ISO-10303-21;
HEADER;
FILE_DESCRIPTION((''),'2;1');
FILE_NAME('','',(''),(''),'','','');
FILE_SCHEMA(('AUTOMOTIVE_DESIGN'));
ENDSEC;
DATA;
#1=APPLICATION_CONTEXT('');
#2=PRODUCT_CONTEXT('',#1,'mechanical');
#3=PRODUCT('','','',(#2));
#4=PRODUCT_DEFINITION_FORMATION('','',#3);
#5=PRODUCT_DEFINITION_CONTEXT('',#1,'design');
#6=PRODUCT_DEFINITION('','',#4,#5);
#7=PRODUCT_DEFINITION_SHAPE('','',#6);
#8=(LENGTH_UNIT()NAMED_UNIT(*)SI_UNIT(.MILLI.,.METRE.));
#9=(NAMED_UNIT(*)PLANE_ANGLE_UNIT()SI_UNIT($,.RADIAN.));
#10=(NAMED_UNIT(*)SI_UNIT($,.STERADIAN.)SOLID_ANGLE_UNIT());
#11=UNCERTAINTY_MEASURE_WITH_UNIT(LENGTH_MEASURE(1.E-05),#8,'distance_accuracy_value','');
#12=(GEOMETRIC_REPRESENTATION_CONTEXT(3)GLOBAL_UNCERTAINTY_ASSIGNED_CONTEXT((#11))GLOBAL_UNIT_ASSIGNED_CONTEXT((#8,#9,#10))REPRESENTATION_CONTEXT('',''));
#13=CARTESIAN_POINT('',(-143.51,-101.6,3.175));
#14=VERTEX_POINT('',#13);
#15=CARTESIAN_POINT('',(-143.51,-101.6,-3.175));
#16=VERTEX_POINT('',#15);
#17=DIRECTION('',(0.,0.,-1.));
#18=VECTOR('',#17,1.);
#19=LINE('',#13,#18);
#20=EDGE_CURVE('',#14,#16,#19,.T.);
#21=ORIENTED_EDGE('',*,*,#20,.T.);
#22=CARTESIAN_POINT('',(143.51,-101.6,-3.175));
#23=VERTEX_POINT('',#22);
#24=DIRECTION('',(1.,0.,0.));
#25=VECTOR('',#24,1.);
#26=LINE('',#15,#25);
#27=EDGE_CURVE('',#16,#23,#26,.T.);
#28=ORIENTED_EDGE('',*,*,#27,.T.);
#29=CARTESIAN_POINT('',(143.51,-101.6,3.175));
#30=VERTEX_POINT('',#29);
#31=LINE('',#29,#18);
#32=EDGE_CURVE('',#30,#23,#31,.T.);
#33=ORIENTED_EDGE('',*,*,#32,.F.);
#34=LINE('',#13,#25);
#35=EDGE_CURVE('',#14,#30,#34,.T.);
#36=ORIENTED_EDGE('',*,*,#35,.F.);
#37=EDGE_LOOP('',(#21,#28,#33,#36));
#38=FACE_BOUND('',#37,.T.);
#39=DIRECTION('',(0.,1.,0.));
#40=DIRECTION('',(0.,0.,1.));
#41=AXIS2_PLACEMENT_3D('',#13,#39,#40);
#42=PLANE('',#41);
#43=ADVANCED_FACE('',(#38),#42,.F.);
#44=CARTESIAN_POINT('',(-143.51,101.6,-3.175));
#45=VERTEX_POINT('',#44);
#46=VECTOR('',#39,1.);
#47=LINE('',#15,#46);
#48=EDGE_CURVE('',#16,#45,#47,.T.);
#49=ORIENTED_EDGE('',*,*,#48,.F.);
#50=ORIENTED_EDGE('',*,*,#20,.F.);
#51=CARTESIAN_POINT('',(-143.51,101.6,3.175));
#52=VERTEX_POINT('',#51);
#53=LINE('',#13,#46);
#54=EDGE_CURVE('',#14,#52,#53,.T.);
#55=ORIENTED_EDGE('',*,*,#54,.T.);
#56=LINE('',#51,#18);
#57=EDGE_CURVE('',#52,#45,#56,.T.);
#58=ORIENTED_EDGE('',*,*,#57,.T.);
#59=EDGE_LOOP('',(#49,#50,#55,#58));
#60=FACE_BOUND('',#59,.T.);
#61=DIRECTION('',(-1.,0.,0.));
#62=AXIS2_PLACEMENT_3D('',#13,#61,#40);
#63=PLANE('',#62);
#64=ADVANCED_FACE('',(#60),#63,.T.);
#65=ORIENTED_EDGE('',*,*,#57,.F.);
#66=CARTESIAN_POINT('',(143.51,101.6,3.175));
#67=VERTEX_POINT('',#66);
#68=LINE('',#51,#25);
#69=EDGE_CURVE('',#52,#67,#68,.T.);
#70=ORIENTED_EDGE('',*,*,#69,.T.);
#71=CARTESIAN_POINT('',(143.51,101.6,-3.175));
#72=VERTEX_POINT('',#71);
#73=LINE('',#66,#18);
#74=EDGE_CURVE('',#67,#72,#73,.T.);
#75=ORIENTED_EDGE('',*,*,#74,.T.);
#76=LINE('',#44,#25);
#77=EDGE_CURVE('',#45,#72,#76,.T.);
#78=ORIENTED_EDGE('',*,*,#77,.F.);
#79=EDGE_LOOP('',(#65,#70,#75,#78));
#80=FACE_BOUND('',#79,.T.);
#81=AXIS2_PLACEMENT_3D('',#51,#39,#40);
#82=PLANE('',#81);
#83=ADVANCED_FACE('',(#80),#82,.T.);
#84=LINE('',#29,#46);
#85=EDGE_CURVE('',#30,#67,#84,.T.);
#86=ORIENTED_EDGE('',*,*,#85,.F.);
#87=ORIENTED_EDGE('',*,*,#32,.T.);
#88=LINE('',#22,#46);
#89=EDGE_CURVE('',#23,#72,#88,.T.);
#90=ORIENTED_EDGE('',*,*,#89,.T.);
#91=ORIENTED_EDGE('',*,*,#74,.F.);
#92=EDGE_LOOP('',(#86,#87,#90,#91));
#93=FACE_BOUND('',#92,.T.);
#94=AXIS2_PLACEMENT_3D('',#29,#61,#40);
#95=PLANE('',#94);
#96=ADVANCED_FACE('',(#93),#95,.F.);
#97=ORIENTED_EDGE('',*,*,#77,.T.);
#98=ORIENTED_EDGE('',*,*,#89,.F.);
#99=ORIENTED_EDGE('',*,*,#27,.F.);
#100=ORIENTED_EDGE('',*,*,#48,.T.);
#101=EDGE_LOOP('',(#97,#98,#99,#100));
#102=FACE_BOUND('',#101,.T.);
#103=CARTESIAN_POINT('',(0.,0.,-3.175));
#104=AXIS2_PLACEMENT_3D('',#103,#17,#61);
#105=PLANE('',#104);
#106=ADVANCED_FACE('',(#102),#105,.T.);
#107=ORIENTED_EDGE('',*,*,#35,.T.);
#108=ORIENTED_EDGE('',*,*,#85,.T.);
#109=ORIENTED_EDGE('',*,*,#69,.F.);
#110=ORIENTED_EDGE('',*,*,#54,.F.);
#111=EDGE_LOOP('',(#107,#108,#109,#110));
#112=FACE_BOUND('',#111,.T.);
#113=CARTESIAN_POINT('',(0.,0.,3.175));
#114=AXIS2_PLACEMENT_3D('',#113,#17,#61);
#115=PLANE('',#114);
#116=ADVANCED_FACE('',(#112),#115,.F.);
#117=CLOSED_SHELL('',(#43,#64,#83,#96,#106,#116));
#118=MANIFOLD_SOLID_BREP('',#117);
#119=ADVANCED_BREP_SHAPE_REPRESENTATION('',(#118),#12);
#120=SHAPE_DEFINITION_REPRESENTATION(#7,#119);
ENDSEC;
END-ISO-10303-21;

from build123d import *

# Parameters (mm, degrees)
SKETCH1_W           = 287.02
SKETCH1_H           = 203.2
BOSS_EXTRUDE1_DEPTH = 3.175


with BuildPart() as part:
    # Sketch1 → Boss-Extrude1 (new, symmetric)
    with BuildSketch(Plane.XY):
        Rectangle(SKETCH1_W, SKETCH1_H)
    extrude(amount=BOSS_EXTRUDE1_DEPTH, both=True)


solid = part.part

* * *

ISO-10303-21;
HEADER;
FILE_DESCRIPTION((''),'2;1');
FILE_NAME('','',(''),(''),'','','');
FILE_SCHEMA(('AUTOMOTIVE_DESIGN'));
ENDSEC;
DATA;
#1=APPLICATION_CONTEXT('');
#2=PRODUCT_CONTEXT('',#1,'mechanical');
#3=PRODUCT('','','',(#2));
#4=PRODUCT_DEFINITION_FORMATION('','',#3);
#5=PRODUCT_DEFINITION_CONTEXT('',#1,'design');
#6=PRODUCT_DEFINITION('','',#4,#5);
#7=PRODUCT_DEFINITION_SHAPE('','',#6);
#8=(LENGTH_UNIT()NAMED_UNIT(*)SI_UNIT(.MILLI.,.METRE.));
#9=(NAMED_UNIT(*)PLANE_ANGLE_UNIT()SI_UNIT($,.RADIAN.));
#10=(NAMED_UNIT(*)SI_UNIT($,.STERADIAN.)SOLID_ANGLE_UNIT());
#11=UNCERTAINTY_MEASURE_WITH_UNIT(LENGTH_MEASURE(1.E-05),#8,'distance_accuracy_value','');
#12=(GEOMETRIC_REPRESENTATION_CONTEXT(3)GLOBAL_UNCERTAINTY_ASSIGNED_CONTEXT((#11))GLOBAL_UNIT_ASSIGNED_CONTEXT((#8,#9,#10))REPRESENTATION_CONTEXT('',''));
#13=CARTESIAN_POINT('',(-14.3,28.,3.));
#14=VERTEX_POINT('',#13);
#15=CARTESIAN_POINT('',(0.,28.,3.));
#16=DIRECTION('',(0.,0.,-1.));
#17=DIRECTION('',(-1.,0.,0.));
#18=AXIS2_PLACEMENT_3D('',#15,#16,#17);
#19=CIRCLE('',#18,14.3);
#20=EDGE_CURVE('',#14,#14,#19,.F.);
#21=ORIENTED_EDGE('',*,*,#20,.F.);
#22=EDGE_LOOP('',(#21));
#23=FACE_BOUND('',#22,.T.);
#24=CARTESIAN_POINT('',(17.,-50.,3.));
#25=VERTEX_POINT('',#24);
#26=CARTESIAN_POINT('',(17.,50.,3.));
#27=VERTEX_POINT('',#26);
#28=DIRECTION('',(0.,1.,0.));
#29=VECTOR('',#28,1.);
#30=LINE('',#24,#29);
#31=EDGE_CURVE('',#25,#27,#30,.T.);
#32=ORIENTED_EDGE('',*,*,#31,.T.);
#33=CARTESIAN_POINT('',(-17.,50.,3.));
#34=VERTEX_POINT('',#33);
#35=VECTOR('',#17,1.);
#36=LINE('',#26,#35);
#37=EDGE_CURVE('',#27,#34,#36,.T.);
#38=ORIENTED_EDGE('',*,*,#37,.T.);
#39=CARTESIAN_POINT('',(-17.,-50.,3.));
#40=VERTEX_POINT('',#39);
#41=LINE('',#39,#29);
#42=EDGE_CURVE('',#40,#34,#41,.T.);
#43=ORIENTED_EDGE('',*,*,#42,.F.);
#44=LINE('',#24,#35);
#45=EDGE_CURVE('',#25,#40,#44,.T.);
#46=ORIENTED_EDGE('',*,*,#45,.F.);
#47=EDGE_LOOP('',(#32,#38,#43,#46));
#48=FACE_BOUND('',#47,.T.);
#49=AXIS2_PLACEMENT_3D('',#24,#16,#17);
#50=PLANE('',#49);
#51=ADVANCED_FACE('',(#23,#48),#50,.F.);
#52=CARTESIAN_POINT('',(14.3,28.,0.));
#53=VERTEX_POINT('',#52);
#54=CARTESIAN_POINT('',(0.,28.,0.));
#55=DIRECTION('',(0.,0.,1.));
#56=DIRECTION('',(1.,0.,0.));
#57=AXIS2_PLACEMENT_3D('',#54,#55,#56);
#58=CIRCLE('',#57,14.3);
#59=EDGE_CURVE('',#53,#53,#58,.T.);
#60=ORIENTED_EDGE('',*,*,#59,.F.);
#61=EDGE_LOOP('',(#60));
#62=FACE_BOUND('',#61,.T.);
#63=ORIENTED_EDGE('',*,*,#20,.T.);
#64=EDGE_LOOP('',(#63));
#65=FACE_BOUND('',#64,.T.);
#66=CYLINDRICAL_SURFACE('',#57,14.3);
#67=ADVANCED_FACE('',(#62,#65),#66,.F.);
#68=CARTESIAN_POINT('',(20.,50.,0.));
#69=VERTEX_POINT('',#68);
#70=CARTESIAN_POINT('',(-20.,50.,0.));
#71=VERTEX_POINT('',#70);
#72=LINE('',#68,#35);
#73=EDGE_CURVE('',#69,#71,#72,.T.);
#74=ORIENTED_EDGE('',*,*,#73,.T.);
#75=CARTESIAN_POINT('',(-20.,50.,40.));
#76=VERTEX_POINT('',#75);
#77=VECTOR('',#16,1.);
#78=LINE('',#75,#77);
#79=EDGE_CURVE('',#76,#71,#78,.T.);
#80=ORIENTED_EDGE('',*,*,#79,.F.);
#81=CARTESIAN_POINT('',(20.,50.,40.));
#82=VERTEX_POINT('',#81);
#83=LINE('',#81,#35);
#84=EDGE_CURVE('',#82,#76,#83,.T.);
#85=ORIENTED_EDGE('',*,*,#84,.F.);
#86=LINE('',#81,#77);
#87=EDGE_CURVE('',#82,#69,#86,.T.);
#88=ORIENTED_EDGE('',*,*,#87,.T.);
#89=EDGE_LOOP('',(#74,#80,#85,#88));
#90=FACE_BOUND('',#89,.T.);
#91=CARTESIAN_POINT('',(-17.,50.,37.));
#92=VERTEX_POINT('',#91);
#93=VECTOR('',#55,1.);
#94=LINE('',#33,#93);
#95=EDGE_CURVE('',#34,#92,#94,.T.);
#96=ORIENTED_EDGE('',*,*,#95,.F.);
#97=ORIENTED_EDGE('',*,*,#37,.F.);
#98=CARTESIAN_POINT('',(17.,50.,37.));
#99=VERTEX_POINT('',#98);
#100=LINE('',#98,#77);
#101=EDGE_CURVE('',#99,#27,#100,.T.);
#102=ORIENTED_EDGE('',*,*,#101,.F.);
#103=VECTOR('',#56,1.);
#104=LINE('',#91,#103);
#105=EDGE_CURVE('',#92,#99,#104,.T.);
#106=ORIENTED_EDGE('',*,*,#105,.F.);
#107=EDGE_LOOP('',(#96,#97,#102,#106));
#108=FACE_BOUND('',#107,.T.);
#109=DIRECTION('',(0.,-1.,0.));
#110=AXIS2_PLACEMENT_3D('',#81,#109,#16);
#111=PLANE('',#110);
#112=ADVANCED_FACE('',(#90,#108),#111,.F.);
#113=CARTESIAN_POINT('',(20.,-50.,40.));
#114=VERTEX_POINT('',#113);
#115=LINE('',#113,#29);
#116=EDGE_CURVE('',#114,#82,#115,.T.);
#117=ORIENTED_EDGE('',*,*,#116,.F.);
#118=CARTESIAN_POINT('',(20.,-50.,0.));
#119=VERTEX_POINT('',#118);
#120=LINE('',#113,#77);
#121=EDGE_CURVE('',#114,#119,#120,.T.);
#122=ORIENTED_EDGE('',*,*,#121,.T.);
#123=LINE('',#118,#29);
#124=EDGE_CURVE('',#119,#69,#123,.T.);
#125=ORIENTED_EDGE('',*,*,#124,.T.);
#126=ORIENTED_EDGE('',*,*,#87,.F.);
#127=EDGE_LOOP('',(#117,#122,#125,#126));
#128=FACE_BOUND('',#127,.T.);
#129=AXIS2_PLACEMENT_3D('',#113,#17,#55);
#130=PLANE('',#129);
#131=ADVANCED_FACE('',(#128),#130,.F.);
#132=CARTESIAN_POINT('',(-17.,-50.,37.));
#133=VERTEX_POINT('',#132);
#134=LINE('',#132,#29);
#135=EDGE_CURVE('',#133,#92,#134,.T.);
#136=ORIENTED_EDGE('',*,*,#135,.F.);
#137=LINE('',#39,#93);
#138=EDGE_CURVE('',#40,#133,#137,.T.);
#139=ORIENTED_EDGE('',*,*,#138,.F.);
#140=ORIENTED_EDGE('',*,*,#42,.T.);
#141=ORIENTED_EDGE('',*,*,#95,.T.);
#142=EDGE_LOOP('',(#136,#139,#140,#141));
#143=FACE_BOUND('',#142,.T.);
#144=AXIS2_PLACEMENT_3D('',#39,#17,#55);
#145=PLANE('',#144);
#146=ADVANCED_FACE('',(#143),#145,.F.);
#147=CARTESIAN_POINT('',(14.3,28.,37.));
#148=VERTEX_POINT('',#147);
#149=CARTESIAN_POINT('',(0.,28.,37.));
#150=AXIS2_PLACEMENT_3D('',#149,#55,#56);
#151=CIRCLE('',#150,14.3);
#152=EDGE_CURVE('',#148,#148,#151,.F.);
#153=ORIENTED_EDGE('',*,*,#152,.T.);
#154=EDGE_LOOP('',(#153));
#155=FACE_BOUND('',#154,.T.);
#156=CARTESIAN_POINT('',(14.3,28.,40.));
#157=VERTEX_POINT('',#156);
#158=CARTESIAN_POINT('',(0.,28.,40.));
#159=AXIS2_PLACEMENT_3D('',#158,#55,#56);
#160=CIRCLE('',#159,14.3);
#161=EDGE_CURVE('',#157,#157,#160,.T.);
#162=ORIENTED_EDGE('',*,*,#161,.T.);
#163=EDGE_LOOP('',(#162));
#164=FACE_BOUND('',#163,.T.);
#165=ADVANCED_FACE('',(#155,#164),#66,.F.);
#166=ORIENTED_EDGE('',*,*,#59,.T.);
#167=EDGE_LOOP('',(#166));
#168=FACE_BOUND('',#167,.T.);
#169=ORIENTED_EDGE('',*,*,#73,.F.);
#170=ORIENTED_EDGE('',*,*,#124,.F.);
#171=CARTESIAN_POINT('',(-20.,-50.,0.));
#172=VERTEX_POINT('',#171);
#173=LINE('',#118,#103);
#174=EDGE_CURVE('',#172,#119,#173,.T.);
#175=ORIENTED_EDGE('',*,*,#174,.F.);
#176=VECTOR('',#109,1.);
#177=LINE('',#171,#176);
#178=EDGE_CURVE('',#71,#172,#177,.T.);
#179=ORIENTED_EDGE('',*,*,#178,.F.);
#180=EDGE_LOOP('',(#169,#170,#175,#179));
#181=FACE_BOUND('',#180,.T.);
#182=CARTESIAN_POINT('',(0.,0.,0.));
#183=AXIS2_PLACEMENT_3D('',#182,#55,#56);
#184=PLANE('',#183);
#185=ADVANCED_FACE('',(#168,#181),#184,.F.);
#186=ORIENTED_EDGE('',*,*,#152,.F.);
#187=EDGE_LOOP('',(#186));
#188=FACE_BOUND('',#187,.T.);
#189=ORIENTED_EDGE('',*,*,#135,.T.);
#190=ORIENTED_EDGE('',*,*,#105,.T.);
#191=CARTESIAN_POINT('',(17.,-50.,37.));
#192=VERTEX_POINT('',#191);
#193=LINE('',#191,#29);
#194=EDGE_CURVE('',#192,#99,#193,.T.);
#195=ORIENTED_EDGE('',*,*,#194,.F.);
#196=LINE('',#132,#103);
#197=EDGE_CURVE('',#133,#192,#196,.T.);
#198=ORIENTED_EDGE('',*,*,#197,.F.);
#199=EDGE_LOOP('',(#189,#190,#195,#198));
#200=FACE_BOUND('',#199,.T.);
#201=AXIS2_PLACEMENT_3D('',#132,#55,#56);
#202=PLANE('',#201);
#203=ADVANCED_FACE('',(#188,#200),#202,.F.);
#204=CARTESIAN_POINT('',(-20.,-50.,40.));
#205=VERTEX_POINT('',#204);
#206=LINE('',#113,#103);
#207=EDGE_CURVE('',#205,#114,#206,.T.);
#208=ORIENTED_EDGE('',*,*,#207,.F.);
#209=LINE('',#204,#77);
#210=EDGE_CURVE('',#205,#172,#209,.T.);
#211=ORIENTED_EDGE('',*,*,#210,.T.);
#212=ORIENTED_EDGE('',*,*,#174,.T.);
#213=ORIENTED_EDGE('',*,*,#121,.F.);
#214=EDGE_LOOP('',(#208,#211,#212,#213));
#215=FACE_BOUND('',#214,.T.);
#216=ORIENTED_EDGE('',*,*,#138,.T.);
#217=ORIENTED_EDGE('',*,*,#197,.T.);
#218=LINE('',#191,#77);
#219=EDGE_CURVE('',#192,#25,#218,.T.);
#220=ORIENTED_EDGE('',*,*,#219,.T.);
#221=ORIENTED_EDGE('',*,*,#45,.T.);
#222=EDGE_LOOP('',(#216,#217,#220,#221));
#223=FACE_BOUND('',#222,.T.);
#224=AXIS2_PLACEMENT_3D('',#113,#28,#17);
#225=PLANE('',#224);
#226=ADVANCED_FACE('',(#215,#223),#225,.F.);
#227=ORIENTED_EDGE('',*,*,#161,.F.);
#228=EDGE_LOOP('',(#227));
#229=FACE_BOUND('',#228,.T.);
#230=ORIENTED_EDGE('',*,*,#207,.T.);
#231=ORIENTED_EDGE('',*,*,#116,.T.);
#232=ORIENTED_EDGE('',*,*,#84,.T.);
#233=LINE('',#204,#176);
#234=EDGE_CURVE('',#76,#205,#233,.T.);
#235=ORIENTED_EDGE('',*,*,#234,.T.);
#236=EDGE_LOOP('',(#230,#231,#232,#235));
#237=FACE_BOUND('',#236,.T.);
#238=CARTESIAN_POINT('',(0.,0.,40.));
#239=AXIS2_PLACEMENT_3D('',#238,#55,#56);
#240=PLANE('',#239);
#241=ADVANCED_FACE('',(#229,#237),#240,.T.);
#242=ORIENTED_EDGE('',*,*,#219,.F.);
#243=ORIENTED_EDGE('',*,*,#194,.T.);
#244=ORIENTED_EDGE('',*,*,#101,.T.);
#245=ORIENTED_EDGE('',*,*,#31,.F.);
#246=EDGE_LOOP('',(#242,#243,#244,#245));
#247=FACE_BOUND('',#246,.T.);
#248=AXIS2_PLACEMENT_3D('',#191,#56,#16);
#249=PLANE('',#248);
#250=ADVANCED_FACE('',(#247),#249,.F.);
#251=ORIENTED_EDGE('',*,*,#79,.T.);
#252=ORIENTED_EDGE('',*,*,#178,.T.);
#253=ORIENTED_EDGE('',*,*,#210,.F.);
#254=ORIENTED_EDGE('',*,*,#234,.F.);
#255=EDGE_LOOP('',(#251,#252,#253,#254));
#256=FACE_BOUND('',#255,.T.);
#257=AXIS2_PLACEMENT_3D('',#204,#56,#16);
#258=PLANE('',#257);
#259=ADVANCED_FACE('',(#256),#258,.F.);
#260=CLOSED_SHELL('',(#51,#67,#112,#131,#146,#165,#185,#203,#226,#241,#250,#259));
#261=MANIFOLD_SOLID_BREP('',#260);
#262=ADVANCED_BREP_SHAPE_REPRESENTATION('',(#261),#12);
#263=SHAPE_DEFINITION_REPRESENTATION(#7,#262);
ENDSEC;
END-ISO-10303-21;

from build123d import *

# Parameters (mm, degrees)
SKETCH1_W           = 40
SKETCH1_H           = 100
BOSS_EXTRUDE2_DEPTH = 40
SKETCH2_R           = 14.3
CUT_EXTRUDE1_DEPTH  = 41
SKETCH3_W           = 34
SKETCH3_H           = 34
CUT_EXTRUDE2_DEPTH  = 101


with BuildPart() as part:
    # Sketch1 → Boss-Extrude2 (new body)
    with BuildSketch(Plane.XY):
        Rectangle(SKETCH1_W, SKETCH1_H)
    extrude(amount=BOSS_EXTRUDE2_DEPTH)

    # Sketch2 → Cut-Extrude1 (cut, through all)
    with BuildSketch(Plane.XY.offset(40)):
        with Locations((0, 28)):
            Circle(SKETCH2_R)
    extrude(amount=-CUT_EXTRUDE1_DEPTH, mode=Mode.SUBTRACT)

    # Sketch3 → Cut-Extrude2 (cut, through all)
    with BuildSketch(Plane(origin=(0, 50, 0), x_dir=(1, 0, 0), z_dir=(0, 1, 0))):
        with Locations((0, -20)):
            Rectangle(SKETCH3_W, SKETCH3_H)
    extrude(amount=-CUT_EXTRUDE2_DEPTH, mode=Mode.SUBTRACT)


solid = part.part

#### [Activity]
Given the data above, transcribe exactly the lines from the one containing "#142=EDGE_LOOP('',(#136,#139,#140,#141));" down to the one containing "#150=AXIS2_PLACEMENT_3D('',#149,#55,#56);", and no others.

#### [Solution to this task]
#142=EDGE_LOOP('',(#136,#139,#140,#141));
#143=FACE_BOUND('',#142,.T.);
#144=AXIS2_PLACEMENT_3D('',#39,#17,#55);
#145=PLANE('',#144);
#146=ADVANCED_FACE('',(#143),#145,.F.);
#147=CARTESIAN_POINT('',(14.3,28.,37.));
#148=VERTEX_POINT('',#147);
#149=CARTESIAN_POINT('',(0.,28.,37.));
#150=AXIS2_PLACEMENT_3D('',#149,#55,#56);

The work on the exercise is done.